103 This evidence of the appellant’s personal circumstances in 2001 had to be weighed together with the expert evidence relied upon by the Crown to support the inference of specific intent. These circumstances, in my view, assume particular significance when account is taken of the directions given by the trial judge on the meaning of “maliciously” in s 33 of the Crimes Act, together with the directions on the drawing of the inference as to specific intent. The directions clearly left for the jury’s consideration the possibility that the appellant recklessly inflicted harm upon CR, and that such a basic intent was inconsistent with awareness on the part of the appellant that the obvious consequence of his actions was the infliction of really serious harm.
104 It was not beyond the collective experience or common sense of the jury to appreciate that a parent is capable of lashing out at a crying infant, or applying an excessive amount of force while holding a child in a moment of frustration and desperation, however repugnant that behaviour may be.

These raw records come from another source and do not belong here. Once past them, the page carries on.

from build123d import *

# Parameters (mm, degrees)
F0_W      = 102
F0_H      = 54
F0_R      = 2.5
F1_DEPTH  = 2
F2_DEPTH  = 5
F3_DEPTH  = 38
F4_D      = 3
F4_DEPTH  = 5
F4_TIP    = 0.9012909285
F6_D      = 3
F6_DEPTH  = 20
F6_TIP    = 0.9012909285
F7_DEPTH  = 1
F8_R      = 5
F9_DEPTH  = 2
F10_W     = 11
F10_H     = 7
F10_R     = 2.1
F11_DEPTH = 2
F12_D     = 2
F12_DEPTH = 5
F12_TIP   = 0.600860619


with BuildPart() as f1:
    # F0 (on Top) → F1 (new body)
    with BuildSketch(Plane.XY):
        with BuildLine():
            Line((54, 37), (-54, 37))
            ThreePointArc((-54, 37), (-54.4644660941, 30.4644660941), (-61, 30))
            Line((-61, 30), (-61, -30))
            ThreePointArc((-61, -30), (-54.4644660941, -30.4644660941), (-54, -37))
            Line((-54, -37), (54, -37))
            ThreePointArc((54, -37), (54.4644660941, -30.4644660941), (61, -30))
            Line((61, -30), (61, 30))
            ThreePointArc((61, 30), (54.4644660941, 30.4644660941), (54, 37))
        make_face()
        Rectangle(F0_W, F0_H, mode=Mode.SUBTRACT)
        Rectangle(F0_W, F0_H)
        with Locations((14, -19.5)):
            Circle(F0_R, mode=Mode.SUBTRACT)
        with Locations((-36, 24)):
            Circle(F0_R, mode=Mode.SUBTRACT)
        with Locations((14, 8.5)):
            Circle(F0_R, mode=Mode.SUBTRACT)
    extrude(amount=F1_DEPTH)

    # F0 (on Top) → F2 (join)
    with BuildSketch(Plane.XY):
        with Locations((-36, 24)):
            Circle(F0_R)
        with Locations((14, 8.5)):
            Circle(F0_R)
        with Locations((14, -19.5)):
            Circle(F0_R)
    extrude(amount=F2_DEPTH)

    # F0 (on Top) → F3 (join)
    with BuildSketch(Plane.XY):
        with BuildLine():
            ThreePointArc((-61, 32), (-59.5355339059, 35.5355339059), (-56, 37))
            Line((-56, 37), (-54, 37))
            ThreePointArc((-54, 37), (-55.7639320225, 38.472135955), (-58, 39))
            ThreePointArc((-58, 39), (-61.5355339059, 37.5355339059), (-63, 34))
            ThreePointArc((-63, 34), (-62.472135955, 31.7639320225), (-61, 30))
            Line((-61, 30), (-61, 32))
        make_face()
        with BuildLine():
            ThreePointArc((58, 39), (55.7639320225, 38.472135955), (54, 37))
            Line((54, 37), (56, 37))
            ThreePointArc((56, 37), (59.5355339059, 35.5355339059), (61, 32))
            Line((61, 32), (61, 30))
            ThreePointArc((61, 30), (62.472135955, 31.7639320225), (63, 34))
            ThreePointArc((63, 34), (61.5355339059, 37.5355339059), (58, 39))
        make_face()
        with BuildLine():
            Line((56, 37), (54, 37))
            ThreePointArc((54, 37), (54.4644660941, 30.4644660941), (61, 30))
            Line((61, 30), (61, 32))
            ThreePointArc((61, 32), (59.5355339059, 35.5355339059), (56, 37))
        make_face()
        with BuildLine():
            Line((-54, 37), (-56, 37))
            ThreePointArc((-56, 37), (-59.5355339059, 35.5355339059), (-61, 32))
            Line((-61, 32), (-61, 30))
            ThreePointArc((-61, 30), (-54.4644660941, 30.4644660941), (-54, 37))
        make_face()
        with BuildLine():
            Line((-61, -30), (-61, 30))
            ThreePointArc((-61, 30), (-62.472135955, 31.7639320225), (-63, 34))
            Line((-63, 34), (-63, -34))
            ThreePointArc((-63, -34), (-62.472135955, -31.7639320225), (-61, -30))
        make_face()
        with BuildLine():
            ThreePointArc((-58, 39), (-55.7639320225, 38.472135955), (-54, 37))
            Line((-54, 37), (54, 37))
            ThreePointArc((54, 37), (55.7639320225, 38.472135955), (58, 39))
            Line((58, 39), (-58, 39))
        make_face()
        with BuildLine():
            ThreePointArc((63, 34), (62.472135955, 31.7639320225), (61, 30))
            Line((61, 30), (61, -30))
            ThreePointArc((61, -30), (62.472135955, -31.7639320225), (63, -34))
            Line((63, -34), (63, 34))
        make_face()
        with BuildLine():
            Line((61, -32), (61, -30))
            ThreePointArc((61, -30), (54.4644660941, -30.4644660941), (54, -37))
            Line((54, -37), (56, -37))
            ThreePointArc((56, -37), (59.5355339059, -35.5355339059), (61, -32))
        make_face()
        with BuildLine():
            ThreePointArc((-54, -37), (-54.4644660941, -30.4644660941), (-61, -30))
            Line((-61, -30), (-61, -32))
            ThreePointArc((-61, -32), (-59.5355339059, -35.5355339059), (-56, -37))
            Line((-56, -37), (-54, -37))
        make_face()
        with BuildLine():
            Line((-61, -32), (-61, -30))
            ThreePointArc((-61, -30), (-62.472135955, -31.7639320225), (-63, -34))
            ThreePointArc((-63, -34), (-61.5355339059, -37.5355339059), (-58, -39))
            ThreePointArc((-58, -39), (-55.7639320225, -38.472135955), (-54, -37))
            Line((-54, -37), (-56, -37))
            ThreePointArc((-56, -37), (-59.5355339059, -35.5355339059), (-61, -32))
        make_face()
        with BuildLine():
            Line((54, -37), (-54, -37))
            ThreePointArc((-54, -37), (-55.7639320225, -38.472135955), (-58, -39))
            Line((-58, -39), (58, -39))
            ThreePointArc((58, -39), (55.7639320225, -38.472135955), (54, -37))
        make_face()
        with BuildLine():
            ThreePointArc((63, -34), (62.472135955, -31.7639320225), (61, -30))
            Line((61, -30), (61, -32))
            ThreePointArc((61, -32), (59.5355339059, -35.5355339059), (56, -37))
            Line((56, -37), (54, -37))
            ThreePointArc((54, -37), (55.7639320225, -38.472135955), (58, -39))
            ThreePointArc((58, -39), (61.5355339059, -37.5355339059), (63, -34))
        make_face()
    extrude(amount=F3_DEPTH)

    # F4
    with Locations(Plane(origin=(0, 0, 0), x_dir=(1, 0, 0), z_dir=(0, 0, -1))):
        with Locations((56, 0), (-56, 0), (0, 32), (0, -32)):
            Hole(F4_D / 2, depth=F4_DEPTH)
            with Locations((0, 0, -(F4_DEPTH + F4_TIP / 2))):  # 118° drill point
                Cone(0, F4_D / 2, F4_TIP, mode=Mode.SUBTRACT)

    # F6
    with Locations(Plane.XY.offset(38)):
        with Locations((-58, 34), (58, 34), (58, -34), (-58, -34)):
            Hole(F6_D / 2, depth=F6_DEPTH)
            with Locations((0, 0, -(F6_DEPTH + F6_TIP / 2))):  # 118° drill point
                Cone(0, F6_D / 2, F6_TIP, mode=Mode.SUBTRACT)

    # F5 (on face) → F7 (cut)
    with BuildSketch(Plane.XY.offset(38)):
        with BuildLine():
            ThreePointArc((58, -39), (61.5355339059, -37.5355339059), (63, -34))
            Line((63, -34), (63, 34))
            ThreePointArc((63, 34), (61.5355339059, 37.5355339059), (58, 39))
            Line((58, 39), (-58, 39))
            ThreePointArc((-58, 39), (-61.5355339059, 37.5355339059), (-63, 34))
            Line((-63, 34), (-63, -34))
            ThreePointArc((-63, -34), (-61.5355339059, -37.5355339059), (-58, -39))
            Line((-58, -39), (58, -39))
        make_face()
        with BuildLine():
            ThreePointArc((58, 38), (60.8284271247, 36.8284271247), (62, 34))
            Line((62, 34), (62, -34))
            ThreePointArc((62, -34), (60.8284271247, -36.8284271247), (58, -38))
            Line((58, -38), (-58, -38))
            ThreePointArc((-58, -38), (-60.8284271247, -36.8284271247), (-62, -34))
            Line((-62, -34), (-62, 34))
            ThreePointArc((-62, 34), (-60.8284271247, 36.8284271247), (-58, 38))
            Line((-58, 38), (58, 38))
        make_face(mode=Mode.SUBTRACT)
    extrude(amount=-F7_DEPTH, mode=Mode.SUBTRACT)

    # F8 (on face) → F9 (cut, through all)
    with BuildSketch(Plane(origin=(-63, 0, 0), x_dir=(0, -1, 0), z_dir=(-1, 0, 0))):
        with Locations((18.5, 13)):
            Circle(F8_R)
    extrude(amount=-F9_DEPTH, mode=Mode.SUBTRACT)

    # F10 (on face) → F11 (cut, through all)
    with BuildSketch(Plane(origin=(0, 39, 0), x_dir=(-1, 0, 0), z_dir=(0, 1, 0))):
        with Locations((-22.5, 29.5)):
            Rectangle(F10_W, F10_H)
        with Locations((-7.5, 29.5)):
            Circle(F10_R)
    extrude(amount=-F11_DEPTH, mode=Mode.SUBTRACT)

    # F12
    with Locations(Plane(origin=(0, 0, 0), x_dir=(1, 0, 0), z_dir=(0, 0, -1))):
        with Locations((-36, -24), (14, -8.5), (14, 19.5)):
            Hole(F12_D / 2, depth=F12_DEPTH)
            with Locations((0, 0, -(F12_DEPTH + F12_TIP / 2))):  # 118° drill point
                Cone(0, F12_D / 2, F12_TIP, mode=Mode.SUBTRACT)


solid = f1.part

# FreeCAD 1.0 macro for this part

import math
import FreeCAD as App
import Part
import Sketcher
Q = App.Units.Quantity

doc = App.newDocument("Part")
body = doc.addObject("PartDesign::Body", "Body")

sketch1 = doc.addObject("Sketcher::SketchObject", "Sketch")
body.addObject(sketch1)
sketch1.AttachmentSupport = (doc.XY_Plane, [""])
sketch1.MapMode = "FlatFace"
sketch1.addGeometry([
    Part.LineSegment(App.Vector(54, 37, 0), App.Vector(-54, 37, 0)),
    Part.ArcOfCircle(Part.Circle(App.Vector(-58, 34, 0), App.Vector(0, 0, 1), 5), math.radians(-127), math.radians(37)),
    Part.LineSegment(App.Vector(-61, 30, 0), App.Vector(-61, -30, 0)),
    Part.ArcOfCircle(Part.Circle(App.Vector(-58, -34, 0), App.Vector(0, 0, 1), 5), math.radians(-37), math.radians(127)),
    Part.LineSegment(App.Vector(-54, -37, 0), App.Vector(54, -37, 0)),
    Part.ArcOfCircle(Part.Circle(App.Vector(58, -34, 0), App.Vector(0, 0, 1), 5), math.radians(53), math.radians(217)),
    Part.LineSegment(App.Vector(61, -30, 0), App.Vector(61, 30, 0)),
    Part.ArcOfCircle(Part.Circle(App.Vector(58, 34, 0), App.Vector(0, 0, 1), 5), math.radians(143), math.radians(307)),
    Part.Circle(App.Vector(14, -19.5, 0), App.Vector(0, 0, 1), 2.5),
    Part.Circle(App.Vector(-36, 24, 0), App.Vector(0, 0, 1), 2.5),
    Part.Circle(App.Vector(14, 8.5, 0), App.Vector(0, 0, 1), 2.5),
], False)
sketch1.addConstraint([
    Sketcher.Constraint("Coincident", 0, 2, 1, 2),
    Sketcher.Constraint("Coincident", 1, 1, 2, 1),
    Sketcher.Constraint("Coincident", 2, 2, 3, 2),
    Sketcher.Constraint("Coincident", 3, 1, 4, 1),
    Sketcher.Constraint("Coincident", 4, 2, 5, 2),
    Sketcher.Constraint("Coincident", 5, 1, 6, 1),
    Sketcher.Constraint("Coincident", 6, 2, 7, 2),
    Sketcher.Constraint("Coincident", 7, 1, 0, 1),
    Sketcher.Constraint("Horizontal", 0),
    Sketcher.Constraint("Vertical", 2),
    Sketcher.Constraint("Horizontal", 4),
    Sketcher.Constraint("Vertical", 6),
    Sketcher.Constraint("Equal", 1, 3),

It was not necessary, in my view, for such a submission to have been made, before the jury was entitled, on all the available evidence, to draw the inference contended for by the Crown. In arriving at this conclusion, I have paid proper regard to the primacy of the jury’s verdicts on both counts.
105 For these reasons, I would dismiss the appellant’s appeal against conviction on counts 1 and 3. There was no appeal against sentence.
106 The order I propose is :-
- 1. The appeal against conviction is dismissed.